EU voters batter governing parties

LONDON – European voters punished leaders in Britain, Italy and the Netherlands for getting involved in Iraq – but also turned their ire on the war’s chief opponents German Chancellor Gerhard Schroeder and French President Jacques Chirac over local issues, projections showed Sunday.

The 25-nation vote, which was spread out over four days, also revealed anxieties about an issue close to home: the newly expanded European Union itself.

Among the few that did well were Spain’s Socialists, who recently withdrew troops from Iraq after a backlash over a March 11 terrorist attack. The Socialists – surprise victors in elections days after the Madrid train bombings – won a new stamp of legitimacy by emerging on top in the European parliamentary vote as well.

The continent-wide democratic exercise, which ended with 19 countries voting on Sunday, came at a crucial time in the development of the European Union.
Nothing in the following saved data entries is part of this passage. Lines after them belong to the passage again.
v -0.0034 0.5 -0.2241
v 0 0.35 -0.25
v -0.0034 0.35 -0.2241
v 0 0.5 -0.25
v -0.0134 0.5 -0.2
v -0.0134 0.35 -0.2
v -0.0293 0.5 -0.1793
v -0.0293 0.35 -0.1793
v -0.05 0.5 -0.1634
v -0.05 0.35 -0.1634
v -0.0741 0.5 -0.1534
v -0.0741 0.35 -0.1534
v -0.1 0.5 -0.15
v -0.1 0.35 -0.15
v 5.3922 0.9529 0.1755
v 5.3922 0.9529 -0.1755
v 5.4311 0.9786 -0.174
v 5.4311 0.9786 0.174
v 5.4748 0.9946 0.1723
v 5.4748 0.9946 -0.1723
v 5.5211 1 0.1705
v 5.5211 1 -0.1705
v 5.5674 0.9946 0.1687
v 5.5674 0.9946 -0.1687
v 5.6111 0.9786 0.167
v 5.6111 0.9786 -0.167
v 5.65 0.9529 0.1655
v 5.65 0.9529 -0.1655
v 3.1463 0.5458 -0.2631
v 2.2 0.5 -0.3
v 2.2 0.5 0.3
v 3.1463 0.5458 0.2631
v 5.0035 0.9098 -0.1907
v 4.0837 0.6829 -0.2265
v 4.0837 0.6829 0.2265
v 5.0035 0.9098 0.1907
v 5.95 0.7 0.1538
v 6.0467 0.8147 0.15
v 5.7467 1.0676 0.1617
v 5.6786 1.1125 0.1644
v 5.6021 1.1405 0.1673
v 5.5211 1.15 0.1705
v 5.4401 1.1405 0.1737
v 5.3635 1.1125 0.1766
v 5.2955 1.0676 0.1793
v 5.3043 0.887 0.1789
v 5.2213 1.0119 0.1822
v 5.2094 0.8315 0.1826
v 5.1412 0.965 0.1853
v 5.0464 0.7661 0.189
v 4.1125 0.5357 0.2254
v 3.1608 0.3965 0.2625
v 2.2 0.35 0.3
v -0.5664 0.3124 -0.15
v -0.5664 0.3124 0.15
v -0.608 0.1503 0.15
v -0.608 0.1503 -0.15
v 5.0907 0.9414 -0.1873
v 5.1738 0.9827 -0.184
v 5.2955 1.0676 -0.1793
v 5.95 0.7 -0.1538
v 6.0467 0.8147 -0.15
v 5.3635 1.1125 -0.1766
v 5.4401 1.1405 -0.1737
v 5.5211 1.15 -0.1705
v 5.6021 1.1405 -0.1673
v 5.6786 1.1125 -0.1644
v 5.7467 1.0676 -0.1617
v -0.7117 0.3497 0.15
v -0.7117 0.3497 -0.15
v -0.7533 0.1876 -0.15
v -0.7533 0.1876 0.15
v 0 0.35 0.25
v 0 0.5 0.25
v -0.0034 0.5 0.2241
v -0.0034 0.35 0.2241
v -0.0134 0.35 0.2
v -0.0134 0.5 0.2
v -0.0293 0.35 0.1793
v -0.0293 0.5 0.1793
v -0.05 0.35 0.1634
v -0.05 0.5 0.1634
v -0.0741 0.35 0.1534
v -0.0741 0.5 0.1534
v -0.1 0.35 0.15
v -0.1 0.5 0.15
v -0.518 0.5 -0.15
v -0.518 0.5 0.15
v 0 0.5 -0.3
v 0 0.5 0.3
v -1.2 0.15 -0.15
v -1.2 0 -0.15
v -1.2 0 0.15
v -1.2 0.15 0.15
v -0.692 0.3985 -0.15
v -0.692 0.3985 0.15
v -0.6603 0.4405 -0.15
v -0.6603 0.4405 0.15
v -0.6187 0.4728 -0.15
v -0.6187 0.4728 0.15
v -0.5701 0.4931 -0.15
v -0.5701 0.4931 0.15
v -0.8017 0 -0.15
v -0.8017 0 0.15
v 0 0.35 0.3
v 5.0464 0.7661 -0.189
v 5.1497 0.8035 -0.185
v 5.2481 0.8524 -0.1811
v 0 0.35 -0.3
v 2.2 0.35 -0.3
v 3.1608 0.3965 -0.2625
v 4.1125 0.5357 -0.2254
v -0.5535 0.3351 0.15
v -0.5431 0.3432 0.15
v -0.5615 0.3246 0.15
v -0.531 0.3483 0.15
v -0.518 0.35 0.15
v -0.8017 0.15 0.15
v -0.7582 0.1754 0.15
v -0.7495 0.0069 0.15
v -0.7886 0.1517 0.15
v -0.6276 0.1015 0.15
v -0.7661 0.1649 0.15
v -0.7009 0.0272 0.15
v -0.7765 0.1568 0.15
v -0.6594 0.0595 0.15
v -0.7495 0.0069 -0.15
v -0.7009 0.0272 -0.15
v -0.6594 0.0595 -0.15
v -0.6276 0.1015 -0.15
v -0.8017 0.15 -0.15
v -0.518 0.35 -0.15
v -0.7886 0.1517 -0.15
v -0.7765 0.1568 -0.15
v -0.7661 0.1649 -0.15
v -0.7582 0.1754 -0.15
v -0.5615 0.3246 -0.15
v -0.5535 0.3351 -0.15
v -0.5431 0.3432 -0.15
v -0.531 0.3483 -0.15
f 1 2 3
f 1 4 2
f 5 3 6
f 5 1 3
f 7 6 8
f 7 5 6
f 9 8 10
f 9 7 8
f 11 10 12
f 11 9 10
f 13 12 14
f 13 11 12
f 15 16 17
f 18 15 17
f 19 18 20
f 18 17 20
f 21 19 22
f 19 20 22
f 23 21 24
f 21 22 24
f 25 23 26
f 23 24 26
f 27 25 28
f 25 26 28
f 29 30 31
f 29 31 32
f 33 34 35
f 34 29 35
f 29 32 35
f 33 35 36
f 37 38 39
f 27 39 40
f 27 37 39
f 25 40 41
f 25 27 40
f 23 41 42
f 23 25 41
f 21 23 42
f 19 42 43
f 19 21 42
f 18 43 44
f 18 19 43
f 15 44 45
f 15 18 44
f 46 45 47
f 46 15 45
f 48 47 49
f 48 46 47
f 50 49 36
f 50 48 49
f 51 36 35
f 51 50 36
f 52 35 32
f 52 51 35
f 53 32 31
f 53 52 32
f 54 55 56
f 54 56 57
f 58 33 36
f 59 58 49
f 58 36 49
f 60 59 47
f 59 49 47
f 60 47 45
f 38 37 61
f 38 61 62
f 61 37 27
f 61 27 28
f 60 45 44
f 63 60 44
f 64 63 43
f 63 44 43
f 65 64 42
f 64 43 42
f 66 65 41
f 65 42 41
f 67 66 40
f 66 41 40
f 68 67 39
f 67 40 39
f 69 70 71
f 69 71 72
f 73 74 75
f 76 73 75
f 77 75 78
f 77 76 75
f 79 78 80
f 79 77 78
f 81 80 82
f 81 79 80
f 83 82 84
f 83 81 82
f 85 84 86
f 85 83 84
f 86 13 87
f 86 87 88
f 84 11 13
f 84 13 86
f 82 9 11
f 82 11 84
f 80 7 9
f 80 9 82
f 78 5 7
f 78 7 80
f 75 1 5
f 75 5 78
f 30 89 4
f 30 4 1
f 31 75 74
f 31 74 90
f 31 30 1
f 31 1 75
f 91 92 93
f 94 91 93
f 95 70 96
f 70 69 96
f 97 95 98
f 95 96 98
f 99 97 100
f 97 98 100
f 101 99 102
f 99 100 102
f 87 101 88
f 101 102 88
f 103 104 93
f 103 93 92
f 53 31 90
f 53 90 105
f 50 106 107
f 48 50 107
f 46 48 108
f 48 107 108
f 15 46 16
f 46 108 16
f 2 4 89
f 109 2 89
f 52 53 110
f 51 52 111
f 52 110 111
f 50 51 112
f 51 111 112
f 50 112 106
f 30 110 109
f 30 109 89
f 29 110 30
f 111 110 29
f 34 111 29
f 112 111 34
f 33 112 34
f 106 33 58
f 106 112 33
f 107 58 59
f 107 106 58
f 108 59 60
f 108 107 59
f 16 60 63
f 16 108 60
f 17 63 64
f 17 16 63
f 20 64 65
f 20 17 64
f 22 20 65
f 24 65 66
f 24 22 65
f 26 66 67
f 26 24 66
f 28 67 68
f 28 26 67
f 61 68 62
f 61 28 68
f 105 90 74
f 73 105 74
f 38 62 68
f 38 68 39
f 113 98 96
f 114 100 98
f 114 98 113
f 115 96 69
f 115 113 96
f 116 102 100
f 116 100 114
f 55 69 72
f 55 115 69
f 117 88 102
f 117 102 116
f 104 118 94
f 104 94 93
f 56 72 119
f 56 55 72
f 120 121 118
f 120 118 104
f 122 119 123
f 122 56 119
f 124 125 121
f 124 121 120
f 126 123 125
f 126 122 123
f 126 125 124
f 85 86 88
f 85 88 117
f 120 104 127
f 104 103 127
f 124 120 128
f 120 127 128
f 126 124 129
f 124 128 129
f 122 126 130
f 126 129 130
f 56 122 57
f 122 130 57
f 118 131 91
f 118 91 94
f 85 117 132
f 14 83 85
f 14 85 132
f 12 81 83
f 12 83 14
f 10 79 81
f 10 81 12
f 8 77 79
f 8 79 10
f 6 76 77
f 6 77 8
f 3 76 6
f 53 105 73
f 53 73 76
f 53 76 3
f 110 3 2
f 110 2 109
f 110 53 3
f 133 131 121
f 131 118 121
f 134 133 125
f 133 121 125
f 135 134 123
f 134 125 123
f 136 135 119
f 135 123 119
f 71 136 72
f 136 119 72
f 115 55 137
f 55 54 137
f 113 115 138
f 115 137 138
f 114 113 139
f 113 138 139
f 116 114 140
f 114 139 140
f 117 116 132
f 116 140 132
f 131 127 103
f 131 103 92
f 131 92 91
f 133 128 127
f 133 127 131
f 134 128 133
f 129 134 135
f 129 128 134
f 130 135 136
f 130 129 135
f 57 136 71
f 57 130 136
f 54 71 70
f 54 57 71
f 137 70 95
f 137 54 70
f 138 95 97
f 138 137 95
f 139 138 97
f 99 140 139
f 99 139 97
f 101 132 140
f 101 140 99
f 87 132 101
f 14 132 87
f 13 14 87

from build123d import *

# Parameters (mm, degrees)
SKETCH1_W           = 0.6
SKETCH1_H           = 0.15
BOSS_EXTRUDE1_DEPTH = 1.7
SKETCH3_W           = 0.3
SKETCH3_H           = 0.15
FILLET1_R           = 0.1
SKETCH6_W           = 0.6
SKETCH6_H           = 0.15
SKETCH8_OUTSIDE_W   = 10.719
SKETCH8_OUTSIDE_H   = 4.072
CUT_EXTRUDE2_DEPTH  = 2.15


with BuildPart() as part:
    # Sketch1 → Boss-Extrude1 (new body)
    with BuildSketch(Plane(origin=(0, 0, 0), x_dir=(0, 0, -1), z_dir=(1, 0, 0))):
        with Locations((0, 0.425)):
            Rectangle(SKETCH1_W, SKETCH1_H)
    extrude(amount=BOSS_EXTRUDE1_DEPTH)

    # Sweep1: sweep along a path in Sketch4
    with BuildLine(Plane.XY) as sweep1_path:
        Line((-1.2, 0), (-0.801686668, 0))
        ThreePointArc((-0.801686668, 0), (-0.679081123, 0.041987722), (-0.607954852, 0.150321198))
        Line((-0.607954852, 0.150321198), (-0.566387806, 0.3124197))
        ThreePointArc((-0.566387806, 0.3124197), (-0.548606238, 0.33950307), (-0.517954852, 0.35))
        Line((-0.517954852, 0.35), (0, 0.35))
    # Sketch3 → Sweep1 (sweep)
    with BuildSketch(Plane(origin=(-1.2, 0, 0), x_dir=(0, 0, -1), z_dir=(1, 0, 0))):
        with Locations((0, 0.075)):
            Rectangle(SKETCH3_W, SKETCH3_H)
    sweep(path=sweep1_path.line)

    # Fillet1
    fillet1_edges = [part.edges().sort_by_distance(p)[0] for p in [
        (0, 0.425, -0.15),
        (0, 0.425, 0.15),
    ]]
    fillet(fillet1_edges, radius=FILLET1_R)

    # Sweep2: sweep along a path in Sketch5
    with BuildLine(Plane.XY) as sweep2_path:
        Line((1.7, 0.35), (2.2, 0.35))
        ThreePointArc((2.2, 0.35), (3.63833241, 0.454572769), (5.046413219, 0.76609166))
        ThreePointArc((5.046413219, 0.76609166), (5.228907253, 0.84171313), (5.392178582, 0.952911835))
        ThreePointArc((5.392178582, 0.952911835), (5.521089291, 1), (5.65, 0.952911835))
        Line((5.65, 0.952911835), (5.95, 0.7))
    # Sketch6 → Sweep2 (sweep)
    with BuildSketch(Plane(origin=(1.7, 0, 0), x_dir=(0, 0, -1), z_dir=(1, 0, 0))):
        with Locations((0, 0.425)):
            Rectangle(SKETCH6_W, SKETCH6_H)
    sweep(path=sweep2_path.line)

    # Sketch8 outside → Cut-Extrude2 (cut, through all)
    with BuildSketch(Plane(origin=(0, 0, 0), x_dir=(1, 0, 0), z_dir=(0, 1, 0))):
        with Locations((2.4235, 0)):
            Rectangle(SKETCH8_OUTSIDE_W, SKETCH8_OUTSIDE_H)
        Polygon((-1.2, 0.432581758), (6.046683032, 0.15), (6.046683032, -0.15), (-1.2, -0.432581758), align=None, mode=Mode.SUBTRACT)
    extrude(amount=CUT_EXTRUDE2_DEPTH, mode=Mode.SUBTRACT)


solid = part.part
The bloc has just added 10 members, largely from Eastern Europe and leaders hope to agree on a new constitution later this month.
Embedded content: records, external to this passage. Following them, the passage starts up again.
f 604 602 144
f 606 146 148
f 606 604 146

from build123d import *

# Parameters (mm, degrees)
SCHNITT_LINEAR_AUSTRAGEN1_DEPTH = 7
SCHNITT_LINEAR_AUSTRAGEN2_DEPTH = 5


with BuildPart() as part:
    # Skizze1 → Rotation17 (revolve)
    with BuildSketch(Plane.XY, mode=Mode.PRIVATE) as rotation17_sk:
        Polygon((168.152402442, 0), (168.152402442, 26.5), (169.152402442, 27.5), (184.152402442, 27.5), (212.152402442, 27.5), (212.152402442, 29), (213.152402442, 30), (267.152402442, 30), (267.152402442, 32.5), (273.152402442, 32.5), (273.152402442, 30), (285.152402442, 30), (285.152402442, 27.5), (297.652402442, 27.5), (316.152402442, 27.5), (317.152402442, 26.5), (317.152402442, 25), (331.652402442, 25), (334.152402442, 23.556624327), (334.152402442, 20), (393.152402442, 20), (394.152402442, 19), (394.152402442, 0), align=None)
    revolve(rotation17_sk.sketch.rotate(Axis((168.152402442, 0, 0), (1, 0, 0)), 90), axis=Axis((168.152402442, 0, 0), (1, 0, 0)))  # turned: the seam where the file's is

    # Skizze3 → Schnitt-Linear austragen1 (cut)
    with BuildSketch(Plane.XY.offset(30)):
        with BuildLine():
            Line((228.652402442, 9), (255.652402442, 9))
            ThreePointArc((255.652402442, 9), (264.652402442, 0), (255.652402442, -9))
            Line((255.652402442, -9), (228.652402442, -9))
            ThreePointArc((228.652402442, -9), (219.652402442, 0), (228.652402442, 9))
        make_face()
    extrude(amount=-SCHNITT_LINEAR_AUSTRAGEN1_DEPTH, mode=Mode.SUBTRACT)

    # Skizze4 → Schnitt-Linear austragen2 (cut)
Across Europe, the outcome highlighted anxieties about the expanding union, with anti-EU parties projected to do well in Britain, Sweden and even the Czech Republic and Poland, former communist nations participating in their first EU-wide vote.
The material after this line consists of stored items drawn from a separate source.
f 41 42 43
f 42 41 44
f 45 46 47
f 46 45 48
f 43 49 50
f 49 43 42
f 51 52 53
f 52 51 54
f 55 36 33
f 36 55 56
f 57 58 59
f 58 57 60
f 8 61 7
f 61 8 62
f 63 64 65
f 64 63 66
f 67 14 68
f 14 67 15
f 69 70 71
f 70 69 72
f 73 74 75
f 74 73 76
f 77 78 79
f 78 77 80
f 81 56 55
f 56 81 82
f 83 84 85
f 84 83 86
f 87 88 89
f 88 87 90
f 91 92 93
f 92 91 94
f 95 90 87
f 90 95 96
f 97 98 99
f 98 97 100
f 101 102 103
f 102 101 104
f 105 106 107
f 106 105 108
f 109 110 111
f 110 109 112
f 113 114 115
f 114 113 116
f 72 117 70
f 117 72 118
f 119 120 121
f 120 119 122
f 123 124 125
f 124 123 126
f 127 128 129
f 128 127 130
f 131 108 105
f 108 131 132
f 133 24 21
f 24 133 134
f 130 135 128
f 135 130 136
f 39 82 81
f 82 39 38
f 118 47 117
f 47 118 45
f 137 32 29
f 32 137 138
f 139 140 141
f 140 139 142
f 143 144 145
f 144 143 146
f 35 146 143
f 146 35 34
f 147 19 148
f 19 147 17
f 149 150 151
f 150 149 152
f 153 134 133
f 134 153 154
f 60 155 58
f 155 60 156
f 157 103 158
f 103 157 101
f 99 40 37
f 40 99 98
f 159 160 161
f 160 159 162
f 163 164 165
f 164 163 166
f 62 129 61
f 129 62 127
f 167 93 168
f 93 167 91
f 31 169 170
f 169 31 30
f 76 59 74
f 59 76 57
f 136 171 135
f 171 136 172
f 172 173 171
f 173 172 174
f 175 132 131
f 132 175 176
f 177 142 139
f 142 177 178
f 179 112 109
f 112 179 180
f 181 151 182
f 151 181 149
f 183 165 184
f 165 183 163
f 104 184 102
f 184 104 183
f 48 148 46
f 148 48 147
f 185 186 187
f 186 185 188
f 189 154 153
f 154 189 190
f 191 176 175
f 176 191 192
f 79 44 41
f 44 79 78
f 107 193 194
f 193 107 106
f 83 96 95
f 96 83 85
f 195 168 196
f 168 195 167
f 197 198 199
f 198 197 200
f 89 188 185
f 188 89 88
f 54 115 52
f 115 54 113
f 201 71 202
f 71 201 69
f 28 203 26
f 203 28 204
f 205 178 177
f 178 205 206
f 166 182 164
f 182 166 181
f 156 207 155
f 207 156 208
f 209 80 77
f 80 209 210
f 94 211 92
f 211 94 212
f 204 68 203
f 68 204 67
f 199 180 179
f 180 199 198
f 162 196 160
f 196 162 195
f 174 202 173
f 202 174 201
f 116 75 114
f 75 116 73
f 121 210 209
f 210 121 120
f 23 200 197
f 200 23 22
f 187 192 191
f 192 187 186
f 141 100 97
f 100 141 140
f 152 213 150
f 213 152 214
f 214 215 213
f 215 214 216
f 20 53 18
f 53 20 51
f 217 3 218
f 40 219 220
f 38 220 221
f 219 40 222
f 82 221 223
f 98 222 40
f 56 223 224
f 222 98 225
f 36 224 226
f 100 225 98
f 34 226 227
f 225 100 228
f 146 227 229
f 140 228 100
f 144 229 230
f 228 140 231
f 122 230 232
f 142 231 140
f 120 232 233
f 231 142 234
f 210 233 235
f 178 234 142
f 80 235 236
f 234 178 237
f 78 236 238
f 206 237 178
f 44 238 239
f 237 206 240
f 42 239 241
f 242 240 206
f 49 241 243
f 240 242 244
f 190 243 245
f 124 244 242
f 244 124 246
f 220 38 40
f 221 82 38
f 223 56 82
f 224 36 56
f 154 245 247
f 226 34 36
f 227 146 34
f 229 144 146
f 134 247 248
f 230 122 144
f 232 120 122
Overall, center-right parties won, taking between 247 and 277 seats in the 732-member European Parliament, according to preliminary projections. The center-left group, which includes lawmakers from British Prime Minister Tony Blair’s Labor Party and Schroeder’s Social Democrats, finished second – with an expected 189 to 209 seats.

Blair’s Labor Party also came in third in local elections held simultaneously in England and Wales earlier this week. The results were widely perceived in Britain as a rebuke for Blair’s increasingly unpopular support for President Bush over Iraq.

Iraq also was an issue in The Netherlands, where the deployment of 1,400 troops was a key issue in Thursday’s vote. Preliminary results showed gains for leftist opposition parties.

The picture was rendered more complex by results in Germany and France, where leaders who opposed the war nevertheless took a beating over local issues.

Schroeder’s Social Democrats saw their share of the German vote fall to 21.4 percent compared to 30.7 percent five years ago, their worst performance since World War II, according to ARD television’s exit polls. In France, Chirac’s conservative Union for a Popular Movement, with about 16.5 percent of the vote, finished far behind the Socialist Party, which garnered 30 percent of ballots cast.